With legislators of the Democratic Party fleeing Wisconsin and Indiana and protesters swarming the capitol at Columbus, Ohio, it won’t be long before Americans start asking whether President Obama is prepared to honor what is known as the guarantee clause. This is the fourth section of Article Four of the United States Constitution. It requires that the United States guarantee to each state a republican form of government. It is not a reference to the Republican Party, which didn’t exist at the time the Constitution was written, but rather to the form of government that interposes elected representatives to pass legislation.

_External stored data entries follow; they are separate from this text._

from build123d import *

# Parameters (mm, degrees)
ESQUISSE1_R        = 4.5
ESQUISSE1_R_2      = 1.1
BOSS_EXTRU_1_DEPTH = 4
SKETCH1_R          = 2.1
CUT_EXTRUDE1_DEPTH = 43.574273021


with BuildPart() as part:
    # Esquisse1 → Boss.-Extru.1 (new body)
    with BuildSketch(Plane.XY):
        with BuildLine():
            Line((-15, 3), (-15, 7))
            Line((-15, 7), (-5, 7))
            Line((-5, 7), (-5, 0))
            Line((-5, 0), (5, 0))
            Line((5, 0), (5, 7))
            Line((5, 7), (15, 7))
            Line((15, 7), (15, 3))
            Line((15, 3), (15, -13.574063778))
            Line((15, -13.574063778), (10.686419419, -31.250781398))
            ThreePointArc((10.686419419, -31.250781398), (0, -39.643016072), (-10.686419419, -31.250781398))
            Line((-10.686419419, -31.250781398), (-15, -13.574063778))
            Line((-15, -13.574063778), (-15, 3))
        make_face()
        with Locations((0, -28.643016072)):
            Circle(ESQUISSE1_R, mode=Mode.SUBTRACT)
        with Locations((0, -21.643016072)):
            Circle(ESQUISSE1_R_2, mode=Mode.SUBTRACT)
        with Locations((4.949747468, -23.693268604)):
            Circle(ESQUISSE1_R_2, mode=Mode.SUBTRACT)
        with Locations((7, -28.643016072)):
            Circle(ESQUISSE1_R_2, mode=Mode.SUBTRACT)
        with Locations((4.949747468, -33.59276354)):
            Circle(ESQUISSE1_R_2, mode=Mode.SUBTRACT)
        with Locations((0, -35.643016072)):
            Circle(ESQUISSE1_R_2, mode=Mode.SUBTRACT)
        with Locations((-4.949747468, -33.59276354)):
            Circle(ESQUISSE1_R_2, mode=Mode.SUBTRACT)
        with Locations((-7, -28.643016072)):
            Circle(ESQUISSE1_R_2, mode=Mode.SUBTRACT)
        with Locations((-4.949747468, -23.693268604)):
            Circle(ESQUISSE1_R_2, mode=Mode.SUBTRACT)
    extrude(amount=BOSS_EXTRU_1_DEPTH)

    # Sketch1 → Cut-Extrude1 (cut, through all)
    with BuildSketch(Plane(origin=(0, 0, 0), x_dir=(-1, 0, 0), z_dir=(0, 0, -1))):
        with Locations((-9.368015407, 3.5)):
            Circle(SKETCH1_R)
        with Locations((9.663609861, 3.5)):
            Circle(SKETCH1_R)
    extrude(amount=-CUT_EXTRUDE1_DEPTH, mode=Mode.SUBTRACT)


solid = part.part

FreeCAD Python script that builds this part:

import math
import FreeCAD as App
import Part
import Sketcher
Q = App.Units.Quantity

doc = App.newDocument("Part")
body = doc.addObject("PartDesign::Body", "Body")

# Sketch on XY plane
sketch1 = body.newObject("Sketcher::SketchObject", "Sketch")
sketch1.AttachmentSupport = (doc.getObject("XY_Plane"), [""])
sketch1.MapMode = "FlatFace"
sketch1.addGeometry([
    Part.LineSegment(App.Vector(-5, 7, 0), App.Vector(-15, 7, 0)),  # 0
    Part.LineSegment(App.Vector(-15, 7, 0), App.Vector(-15, -13.574064, 0)),  # 1
    Part.LineSegment(App.Vector(-15, -13.574064, 0), App.Vector(-10.686419, -31.250781, 0)),  # 2
    Part.ArcOfCircle(Part.Circle(App.Vector(0, -28.643016, 0), App.Vector(0, 0, 1), 11), math.radians(-166.286351), math.radians(-13.713649)),  # 3
    Part.LineSegment(App.Vector(10.686419, -31.250781, 0), App.Vector(15, -13.574064, 0)),  # 4
    Part.LineSegment(App.Vector(15, -13.574064, 0), App.Vector(15, 7, 0)),  # 5
    Part.LineSegment(App.Vector(15, 7, 0), App.Vector(5, 7, 0)),  # 6
    Part.LineSegment(App.Vector(5, 7, 0), App.Vector(5, 0, 0)),  # 7
    Part.LineSegment(App.Vector(5, 0, 0), App.Vector(-5, 0, 0)),  # 8
    Part.LineSegment(App.Vector(-5, 0, 0), App.Vector(-5, 7, 0)),  # 9
    Part.Circle(App.Vector(4.949747, -33.592764, 0), App.Vector(0, 0, 1), 1.1),  # 10
    Part.Circle(App.Vector(0, -35.643016, 0), App.Vector(0, 0, 1), 1.1),  # 11
    Part.Circle(App.Vector(-4.949747, -33.592764, 0), App.Vector(0, 0, 1), 1.1),  # 12
    Part.Circle(App.Vector(7, -28.643016, 0), App.Vector(0, 0, 1), 1.1),  # 13
    Part.Circle(App.Vector(4.949747, -23.693269, 0), App.Vector(0, 0, 1), 1.1),  # 14
    Part.Circle(App.Vector(0, -28.643016, 0), App.Vector(0, 0, 1), 4.5),  # 15
    Part.Circle(App.Vector(-7, -28.643016, 0), App.Vector(0, 0, 1), 1.1),  # 16
    Part.Circle(App.Vector(0, -21.643016, 0), App.Vector(0, 0, 1), 1.1),  # 17
    Part.Circle(App.Vector(-4.949747, -23.693269, 0), App.Vector(0, 0, 1), 1.1),  # 18
], False)
sketch1.addConstraint([
    Sketcher.Constraint("Coincident", 0, 2, 1, 1),
    Sketcher.Constraint("Coincident", 1, 2, 2, 1),
    Sketcher.Constraint("Tangent", 2, 2, 3, 1),
    Sketcher.Constraint("Tangent", 3, 2, 4, 1),
    Sketcher.Constraint("Coincident", 4, 2, 5, 1),
    Sketcher.Constraint("Coincident", 5, 2, 6, 1),
    Sketcher.Constraint("Coincident", 6, 2, 7, 1),
    Sketcher.Constraint("Coincident", 7, 2, 8, 1),
    Sketcher.Constraint("Coincident", 8, 2, 9, 1),
    Sketcher.Constraint("Coincident", 9, 2, 0, 1),
    Sketcher.Constraint("Horizontal", 0),
    Sketcher.Constraint("Vertical", 1),
    Sketcher.Constraint("Vertical", 5),
    Sketcher.Constraint("Horizontal", 6),
    Sketcher.Constraint("Vertical", 7),
    Sketcher.Constraint("Horizontal", 8),
    Sketcher.Constraint("Vertical", 9),
    Sketcher.Constraint("Coincident", 15, 3, 3, 3),
    Sketcher.Constraint("Equal", 10, 11),
    Sketcher.Constraint("Equal", 11, 12),
    Sketcher.Constraint("Equal", 12, 13),
    Sketcher.Constraint("Equal", 13, 14),
    Sketcher.Constraint("Equal", 14, 16),
    Sketcher.Constraint("Equal", 16, 17),
    Sketcher.Constraint("Equal", 17, 18),
    Sketcher.Constraint("Symmetric", 7, 2, 8, 2, -1, 1),
    Sketcher.Constraint("Symmetric", 10, 3, 12, 3, -2),
    Sketcher.Constraint("Symmetric", 13, 3, 16, 3, -2),
    Sketcher.Constraint("Symmetric", 14, 3, 18, 3, -2),
    Sketcher.Constraint("Symmetric", 2, 2, 3, 2, -2),
    Sketcher.Constraint("Symmetric", 0, 2, 5, 2, -2),
    Sketcher.Constraint("PointOnObject", 11, 3, -2),
    Sketcher.Constraint("PointOnObject", 17, 3, -2),
    Sketcher.Constraint("Horizontal", 3, 3, 13, 3),
    Sketcher.Constraint("Vertical", 10, 3, 14, 3),
    Sketcher.Constraint("Equal", 6, 8),
    Sketcher.Constraint("Diameter", 15, Q("9 mm")),
    Sketcher.Constraint("Radius", 3, Q("11 mm")),
    Sketcher.Constraint("Diameter", 10, Q("2.2 mm")),
    Sketcher.Constraint("DistanceX", 0, 2, 0, 1, Q("10 mm")),
    Sketcher.Constraint("DistanceY", 7, 2, 7, 1, Q("7 mm")),
    Sketcher.Constraint("DistanceX", -1, 1, 13, 3, Q("7 mm")),
    Sketcher.Constraint("DistanceY", 11, 3, 3, 3, Q("7 mm")),
    Sketcher.Constraint("DistanceY", 3, 3, 17, 3, Q("7 mm")),
    Sketcher.Constraint("Distance", 2, Q("18.19542 mm")),
    Sketcher.Constraint("DistanceY", 1, 2, 1, 1, Q("20.574064 mm")),
    Sketcher.Constraint("DistanceY", 14, 3, -1, 1, Q("23.693269 mm")),
    Sketcher.Constraint("DistanceX", 2, 2, 12, 3, Q("5.736672 mm")),
    Sketcher.Constraint("DistanceY", 10, 3, -1, 1, Q("33.592764 mm")),
])
pad1 = body.newObject("PartDesign::Pad", "Pad")
pad1.Profile = sketch1
pad1.Length = 4

# Sketch on XY plane
sketch2 = body.newObject("Sketcher::SketchObject", "Sketch001")
sketch2.AttachmentSupport = (doc.getObject("XY_Plane"), [""])
sketch2.MapMode = "FlatFace"
sketch2.addGeometry([
    Part.Circle(App.Vector(9.368015, 3.5, 0), App.Vector(0, 0, 1), 2.1),
    Part.Circle(App.Vector(-9.66361, 3.5, 0), App.Vector(0, 0, 1), 2.1),
], False)
sketch2.addConstraint([
    Sketcher.Constraint("Equal", 0, 1),
    Sketcher.Constraint("Horizontal", 0, 3, 1, 3),
    Sketcher.Constraint("Diameter", 0, Q("4.2 mm")),
    Sketcher.Constraint("DistanceY", -1, 1, 0, 3, Q("3.5 mm")),
    Sketcher.Constraint("DistanceX", 1, 3, -1, 1, Q("9.66361 mm")),
    Sketcher.Constraint("DistanceX", -1, 1, 0, 3, Q("9.368015 mm")),
])
pocket1 = body.newObject("PartDesign::Pocket", "Pocket")
pocket1.Profile = sketch2
pocket1.Type = "ThroughAll"
pocket1.Reversed = True

doc.recompute()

It is hard to recall many moments that more directly echo the concerns of the founders than the situation America faces today, with a mobs of protesters, some bused in from out of state by labor unions bent on protecting their financial interests, occupying the state house at Madison and the governor there under heavy guard. Democratic legislators of Indiana are also reported to be fleeing to neighboring states to preclude a quorum being convened at Indianapolis, where the legislature is also considering a bill that would curb union power. At Ohio, a mob was gathering in the capitol in an effort to block efforts of the legislature to protect taxpayers from the public service unions.

This is exactly the kind of thing the Founders feared when they wrote the guarantee clause. The most famous of the expressions of the concern animating the clause are given in 10 Federalist, in which the father of the Constitution, James Madison, wrote of the promise of a national government to “break and control the violence of faction.” The most common source of faction he attributed to the “various and unequal distribution of property.” Wrote Madison: “Those who hold, and those who are without property, have ever formed distinct interests in society.”

He wrote: “Those who are creditors, and those who are debtors, fall under a like discrimination. A landed interest, a manufacturing interest, a mercantile interest, a moneyed interest, with many lesser interests, grow up of necessity in civilized nations, and divide them into different classes, actuated by different sentiments and views. The regulation of these various and interfering interests forms the principal task of modern Legislation, and involves the spirit of party and faction in the necessary and ordinary operations of the Government.”

What Madison was arguing was that the existence of the national government would prevent the whole country from falling into factious strife, which, he wrote, “may kindle a flame within their particular States, but will be unable to spread a general conflagration through the other States.” He warned that “a religious sect may degenerate into a political faction” in part of the country, that states could be seized by “a rage for paper money, for an abolition of debts, for an equal division of property, or for any other improper or wicked project.” But he doubted the whole country would. And so the guarantee clause.

* * *

No doubt it will be said that America is nowhere near having to engage the guarantee clause. Republican government isn’t yet gone, or even nearly gone, from Wisconsin, Ohio, and Indiana. But there is no doubt that it is being tested, and it is not so hard to imagine it breaking down. What is so startling about the current crisis is that the chief executive officer of the federal government, bound by oath to preserve, protect, and defend the Constitution, is a party to the scheme by which the very legislators who form the core of republican government in the states are fleeing to states controlled by the President’s party — a circumstance the Founders clearly hoped to avoid by wording the consitutional oath the way they did.